# Crazy Puppy



## popalina (Jan 31, 2013)

Please could anyone help?
Rosie our adorable 12 week puppy has such naughty crazy times every evening. She runs round the house like a mad puppy and bites and nips anything in her path! She jumps up to nip me at every opportunity and really hurt me last night. During the day, she is the perfect puppy (although still nips rather alot) but after 7.pm it seems she is possesed by the devil!
I have tried almost everything, ignoring her, telling her "No", taking her into the garden to wear her out and then as soon as we come indoors she's off again, going crazy.
The only thing that seems to work is to put her in her crate for "Time Out" I'm concerned that she will end up spending most of the evening in her crate if we can't control this behaviour. I feel really sorry for her, having to be in her crate nearly all evening.
Sorry this "goes on" a bit. 
We are going to puppy socializing classes next week.

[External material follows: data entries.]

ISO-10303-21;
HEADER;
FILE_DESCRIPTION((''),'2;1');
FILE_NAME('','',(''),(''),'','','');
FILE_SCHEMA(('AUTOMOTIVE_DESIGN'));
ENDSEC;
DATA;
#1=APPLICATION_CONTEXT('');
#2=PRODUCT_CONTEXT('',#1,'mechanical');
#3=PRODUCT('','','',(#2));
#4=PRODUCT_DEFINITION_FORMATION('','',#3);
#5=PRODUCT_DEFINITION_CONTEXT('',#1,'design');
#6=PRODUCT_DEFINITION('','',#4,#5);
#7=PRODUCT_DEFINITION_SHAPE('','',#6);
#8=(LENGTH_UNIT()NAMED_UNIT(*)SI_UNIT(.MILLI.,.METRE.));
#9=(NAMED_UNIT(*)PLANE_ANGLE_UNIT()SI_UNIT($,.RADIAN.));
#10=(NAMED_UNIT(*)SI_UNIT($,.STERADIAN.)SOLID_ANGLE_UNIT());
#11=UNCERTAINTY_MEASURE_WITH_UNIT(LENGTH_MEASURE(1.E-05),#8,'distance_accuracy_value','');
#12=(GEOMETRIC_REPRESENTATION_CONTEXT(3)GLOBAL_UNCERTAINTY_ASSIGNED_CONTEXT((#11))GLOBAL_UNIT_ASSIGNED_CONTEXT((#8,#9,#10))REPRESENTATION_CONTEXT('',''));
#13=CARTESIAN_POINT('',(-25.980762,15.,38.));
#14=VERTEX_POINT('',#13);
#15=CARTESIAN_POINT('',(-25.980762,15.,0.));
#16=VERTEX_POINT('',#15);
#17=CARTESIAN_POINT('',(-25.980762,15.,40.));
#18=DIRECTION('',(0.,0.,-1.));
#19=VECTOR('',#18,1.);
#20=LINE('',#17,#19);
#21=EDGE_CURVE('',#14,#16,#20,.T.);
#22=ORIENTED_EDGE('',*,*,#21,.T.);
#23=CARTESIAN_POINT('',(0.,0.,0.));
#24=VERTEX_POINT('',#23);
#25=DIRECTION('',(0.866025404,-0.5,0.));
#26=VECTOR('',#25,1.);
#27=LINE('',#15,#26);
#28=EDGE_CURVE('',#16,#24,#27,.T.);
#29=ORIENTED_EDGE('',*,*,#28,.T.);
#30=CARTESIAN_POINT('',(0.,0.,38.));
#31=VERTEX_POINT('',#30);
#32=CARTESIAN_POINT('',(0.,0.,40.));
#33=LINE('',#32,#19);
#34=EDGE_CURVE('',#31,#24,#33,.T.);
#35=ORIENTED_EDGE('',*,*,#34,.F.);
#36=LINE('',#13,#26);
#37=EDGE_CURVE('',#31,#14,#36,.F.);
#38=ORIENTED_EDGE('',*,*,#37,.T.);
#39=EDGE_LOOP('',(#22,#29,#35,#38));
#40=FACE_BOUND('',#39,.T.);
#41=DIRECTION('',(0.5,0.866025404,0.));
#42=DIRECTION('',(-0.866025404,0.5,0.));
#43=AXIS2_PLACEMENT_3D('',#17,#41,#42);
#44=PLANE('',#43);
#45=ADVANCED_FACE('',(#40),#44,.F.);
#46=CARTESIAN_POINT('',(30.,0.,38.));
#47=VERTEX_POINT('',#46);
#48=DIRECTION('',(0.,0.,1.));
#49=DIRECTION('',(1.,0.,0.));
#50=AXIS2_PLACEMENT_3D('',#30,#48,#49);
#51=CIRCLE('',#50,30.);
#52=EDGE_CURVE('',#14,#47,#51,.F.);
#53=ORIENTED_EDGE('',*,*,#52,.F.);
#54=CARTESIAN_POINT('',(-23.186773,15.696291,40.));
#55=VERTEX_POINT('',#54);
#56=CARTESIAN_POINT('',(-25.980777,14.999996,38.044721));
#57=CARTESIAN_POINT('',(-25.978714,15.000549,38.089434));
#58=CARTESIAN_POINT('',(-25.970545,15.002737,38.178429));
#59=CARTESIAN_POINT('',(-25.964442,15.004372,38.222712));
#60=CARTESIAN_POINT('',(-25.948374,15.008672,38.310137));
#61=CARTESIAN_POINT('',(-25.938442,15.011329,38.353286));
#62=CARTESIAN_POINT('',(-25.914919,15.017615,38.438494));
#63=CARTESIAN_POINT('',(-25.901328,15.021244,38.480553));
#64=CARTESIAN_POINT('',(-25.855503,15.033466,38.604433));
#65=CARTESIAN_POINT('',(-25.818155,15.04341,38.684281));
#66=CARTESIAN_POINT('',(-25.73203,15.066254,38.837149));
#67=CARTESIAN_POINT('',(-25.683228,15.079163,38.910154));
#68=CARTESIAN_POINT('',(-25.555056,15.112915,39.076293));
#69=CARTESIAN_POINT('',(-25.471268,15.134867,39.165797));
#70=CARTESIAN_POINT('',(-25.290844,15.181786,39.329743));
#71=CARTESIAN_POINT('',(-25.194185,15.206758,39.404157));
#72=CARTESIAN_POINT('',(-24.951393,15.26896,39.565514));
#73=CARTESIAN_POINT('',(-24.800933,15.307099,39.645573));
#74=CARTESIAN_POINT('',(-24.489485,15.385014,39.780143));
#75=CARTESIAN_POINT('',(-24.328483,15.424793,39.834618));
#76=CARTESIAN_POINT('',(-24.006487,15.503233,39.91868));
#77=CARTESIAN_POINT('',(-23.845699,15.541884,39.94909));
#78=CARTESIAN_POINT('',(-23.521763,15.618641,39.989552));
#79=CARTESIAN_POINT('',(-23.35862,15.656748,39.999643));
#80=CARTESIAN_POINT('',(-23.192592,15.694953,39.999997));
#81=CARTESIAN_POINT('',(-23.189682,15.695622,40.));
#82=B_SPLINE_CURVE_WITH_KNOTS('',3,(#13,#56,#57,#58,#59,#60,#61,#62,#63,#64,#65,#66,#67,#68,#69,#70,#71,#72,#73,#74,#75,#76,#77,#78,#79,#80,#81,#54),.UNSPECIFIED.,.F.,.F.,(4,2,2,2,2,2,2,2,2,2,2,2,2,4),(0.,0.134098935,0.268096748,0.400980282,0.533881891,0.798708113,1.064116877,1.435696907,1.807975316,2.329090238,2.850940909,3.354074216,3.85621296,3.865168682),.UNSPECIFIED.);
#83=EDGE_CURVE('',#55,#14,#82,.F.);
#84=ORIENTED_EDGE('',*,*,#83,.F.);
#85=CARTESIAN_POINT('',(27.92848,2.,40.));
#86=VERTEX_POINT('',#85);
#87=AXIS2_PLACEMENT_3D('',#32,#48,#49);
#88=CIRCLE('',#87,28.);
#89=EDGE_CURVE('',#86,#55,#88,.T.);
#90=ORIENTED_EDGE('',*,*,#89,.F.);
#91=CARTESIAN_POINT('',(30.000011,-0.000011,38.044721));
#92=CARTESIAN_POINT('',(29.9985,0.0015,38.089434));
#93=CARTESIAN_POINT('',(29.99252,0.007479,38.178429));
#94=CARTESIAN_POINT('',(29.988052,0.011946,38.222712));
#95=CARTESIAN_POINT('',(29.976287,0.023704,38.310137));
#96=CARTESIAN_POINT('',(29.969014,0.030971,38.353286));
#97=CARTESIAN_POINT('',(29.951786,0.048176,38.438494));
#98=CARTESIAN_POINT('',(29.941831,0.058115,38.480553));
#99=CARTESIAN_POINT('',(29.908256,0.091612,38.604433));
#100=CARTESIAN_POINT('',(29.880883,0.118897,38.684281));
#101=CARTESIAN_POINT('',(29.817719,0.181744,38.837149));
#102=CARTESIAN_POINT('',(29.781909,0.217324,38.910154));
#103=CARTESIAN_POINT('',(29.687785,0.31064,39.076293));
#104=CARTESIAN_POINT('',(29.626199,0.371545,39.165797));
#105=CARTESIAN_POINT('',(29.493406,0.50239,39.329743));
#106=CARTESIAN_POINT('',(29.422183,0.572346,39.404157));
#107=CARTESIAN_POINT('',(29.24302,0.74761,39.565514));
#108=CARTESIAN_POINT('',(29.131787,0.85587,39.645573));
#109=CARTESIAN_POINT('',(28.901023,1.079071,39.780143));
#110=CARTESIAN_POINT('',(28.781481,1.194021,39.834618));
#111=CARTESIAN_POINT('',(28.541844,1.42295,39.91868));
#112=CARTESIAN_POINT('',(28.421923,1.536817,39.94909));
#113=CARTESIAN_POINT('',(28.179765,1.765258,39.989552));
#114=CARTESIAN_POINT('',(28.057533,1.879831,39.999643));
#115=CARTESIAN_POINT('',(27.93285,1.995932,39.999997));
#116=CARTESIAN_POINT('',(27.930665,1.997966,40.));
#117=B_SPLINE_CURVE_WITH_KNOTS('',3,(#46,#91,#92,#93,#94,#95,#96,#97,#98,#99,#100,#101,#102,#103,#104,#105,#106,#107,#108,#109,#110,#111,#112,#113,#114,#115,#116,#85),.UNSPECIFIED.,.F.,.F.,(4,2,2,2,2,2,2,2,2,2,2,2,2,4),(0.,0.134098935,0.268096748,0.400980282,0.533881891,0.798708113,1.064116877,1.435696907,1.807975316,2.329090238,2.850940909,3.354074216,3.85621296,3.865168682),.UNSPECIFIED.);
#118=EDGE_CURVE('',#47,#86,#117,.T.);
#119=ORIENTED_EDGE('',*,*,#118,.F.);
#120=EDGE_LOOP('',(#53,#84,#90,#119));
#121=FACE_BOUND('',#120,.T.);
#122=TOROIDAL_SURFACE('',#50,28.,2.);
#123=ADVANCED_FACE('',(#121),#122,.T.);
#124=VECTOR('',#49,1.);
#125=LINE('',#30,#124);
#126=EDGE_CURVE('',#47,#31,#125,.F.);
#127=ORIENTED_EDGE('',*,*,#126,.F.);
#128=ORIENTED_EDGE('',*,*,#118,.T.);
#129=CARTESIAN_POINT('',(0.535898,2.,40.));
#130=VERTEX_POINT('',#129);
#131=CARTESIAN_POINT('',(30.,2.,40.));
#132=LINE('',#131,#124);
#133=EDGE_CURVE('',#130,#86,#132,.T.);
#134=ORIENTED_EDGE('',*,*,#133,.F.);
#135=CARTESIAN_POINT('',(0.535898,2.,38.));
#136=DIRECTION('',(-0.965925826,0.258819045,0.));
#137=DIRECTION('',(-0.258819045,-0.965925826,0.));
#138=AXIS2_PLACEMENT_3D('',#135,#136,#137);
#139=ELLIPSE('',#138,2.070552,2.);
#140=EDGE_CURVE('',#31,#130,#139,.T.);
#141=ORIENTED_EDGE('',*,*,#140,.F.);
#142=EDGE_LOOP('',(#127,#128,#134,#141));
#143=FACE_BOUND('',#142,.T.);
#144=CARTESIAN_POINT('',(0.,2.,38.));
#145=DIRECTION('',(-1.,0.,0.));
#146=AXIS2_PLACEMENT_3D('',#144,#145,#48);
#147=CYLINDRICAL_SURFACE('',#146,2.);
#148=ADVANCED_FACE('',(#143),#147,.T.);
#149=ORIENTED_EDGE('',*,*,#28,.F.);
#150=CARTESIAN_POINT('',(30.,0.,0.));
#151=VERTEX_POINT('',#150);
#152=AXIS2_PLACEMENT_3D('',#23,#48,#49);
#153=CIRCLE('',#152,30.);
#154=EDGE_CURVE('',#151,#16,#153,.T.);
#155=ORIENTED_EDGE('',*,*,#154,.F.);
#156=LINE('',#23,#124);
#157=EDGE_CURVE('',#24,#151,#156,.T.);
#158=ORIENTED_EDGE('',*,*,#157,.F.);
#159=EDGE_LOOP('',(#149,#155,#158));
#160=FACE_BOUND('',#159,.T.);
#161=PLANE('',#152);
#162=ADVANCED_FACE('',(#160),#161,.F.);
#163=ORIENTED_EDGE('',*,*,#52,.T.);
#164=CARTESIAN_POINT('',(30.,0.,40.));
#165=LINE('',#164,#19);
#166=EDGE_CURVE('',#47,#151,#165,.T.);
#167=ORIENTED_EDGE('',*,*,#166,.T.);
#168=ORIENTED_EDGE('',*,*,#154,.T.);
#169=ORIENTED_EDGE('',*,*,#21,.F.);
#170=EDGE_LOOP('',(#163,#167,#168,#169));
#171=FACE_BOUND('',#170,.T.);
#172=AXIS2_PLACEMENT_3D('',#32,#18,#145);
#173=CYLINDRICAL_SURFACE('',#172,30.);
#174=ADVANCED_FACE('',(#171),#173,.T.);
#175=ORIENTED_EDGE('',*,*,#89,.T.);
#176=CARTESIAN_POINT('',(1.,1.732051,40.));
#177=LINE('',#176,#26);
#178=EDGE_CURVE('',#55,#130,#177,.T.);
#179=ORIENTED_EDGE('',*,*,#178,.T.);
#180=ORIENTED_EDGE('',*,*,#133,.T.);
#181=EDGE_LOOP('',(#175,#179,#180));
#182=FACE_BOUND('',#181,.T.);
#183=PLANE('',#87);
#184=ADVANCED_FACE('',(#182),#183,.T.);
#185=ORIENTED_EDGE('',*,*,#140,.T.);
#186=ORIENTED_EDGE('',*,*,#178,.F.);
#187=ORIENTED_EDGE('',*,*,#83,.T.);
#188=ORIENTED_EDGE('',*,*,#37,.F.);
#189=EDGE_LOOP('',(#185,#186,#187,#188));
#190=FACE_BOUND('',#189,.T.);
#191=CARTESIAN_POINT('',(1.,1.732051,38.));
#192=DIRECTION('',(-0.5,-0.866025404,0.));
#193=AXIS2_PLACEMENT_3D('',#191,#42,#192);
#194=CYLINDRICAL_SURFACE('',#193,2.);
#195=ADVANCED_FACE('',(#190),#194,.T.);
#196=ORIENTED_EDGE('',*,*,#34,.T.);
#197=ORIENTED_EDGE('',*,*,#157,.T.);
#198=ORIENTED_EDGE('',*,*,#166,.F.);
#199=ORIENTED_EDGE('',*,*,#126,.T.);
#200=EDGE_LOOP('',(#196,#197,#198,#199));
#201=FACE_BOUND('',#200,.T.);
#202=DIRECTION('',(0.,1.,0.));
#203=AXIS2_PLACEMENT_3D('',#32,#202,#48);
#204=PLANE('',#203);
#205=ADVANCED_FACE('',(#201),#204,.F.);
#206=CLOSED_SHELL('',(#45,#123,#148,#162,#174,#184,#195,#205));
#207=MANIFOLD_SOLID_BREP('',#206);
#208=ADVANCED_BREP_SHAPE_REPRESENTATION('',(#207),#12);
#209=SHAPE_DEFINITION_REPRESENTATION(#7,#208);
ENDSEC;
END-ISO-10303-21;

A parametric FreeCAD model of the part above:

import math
import FreeCAD as App
import Part
import Sketcher
from FreeCAD import Vector
Q = App.Units.Quantity


def edges_at(feature, points):
    """Names of the edges that pass closest to the given points."""
    edges = feature.Shape.Edges
    near = lambda p: min(range(len(edges)), key=lambda i: edges[i].distToShape(Part.Vertex(*p))[0])
    return sorted({f"Edge{near(p) + 1}" for p in points})

doc = App.newDocument("Part")
body = doc.addObject("PartDesign::Body", "Body")

# Sketch on XY plane
sketch1 = body.newObject("Sketcher::SketchObject", "Sketch")
sketch1.AttachmentSupport = (doc.getObject("XY_Plane"), [""])
sketch1.MapMode = "FlatFace"
sketch1.addGeometry([
    Part.LineSegment(Vector(-26, 15, 0), Vector(0, 0, 0)),
    Part.LineSegment(Vector(0, 0, 0), Vector(30, 0, 0)),
    Part.ArcOfCircle(Part.Circle(Vector(0, 0, 0), Vector(0, 0, 1), 30), math.radians(0), math.radians(150)),
], False)
sketch1.addConstraint([
    Sketcher.Constraint("Coincident", 0, 2, 1, 1),
    Sketcher.Constraint("Coincident", 1, 2, 2, 1),
    Sketcher.Constraint("Coincident", 2, 2, 0, 1),
    Sketcher.Constraint("Horizontal", 1),
    Sketcher.Constraint("Coincident", 2, 3, -1, 1),
    Sketcher.Constraint("Coincident", 0, 2, -1, 1),
    Sketcher.Constraint("Radius", 2, 30.0),
    Sketcher.Constraint("Angle", 0, Q("-30 deg")),
])
pad1 = body.newObject("PartDesign::Pad", "Pad")
pad1.Profile = sketch1
pad1.Length = 40
doc.recompute()

fillet = body.newObject("PartDesign::Fillet", "Fillet")
fillet.Base = (pad1, edges_at(pad1, [(-12.99, 7.5, 40), (15, 0, 40), (7.765, 28.978, 40)]))
fillet.Radius = 2

doc.recompute()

Maybe that will help.
I really do find this site so useful and would be lost without all the support and advice I have had since we collected Rosie
Thankyou


----------



## Kody&Beau (Aug 18, 2012)

Hi Rosie,
Don't worry as crazy as it sounds this is a common thing in cockapoos when they are young puppies, it's almost like they have a last burst of energy before bed time, I remember in particular my Beau having a crazy hour at the same time of night have to say now though she is really sleepy by the end of the day. I would perhaps take her in the garden for an hour and play ball or take her for an evening walk you may find she will still be a bit excitable when she gets back indoors but hopefully she will settle down quicker or you could then put her in her crate to calm down, but don't worry it will get better xx


----------



## Weaktea (Feb 19, 2013)

Bruno does exactly the same. He goes crazy the second the kids go to bed at 7.15 & starts nipping, jumping up, growling etc. it's like the puppy version of putting your feet up & watching tv with a glass of wine once kid free for the evening (only a bit more energetic & destructive!). It does stress me out as I feel I'm just saying no, get down & so on & with no effect. The problem is that as many of you know my husband is not a dog fan & he gets home to this demonic creature. I don't think he believes me when I say he's pretty sweet & angelic during the day. He seems to wear himself out though & flakes out on the carpet after about 30 mins (Bruno that is, not hubby - he lies snoring on the sofa instead!).


----------



## dio.ren (Jan 18, 2013)

Rosie is totally normal. Molly had those moments all the time when she was a small puppy. Now that she is older she has calmed down a lot. I was so depressed for the first few months. I would yelp when she nipped me but that would make her more bitey...now she is great!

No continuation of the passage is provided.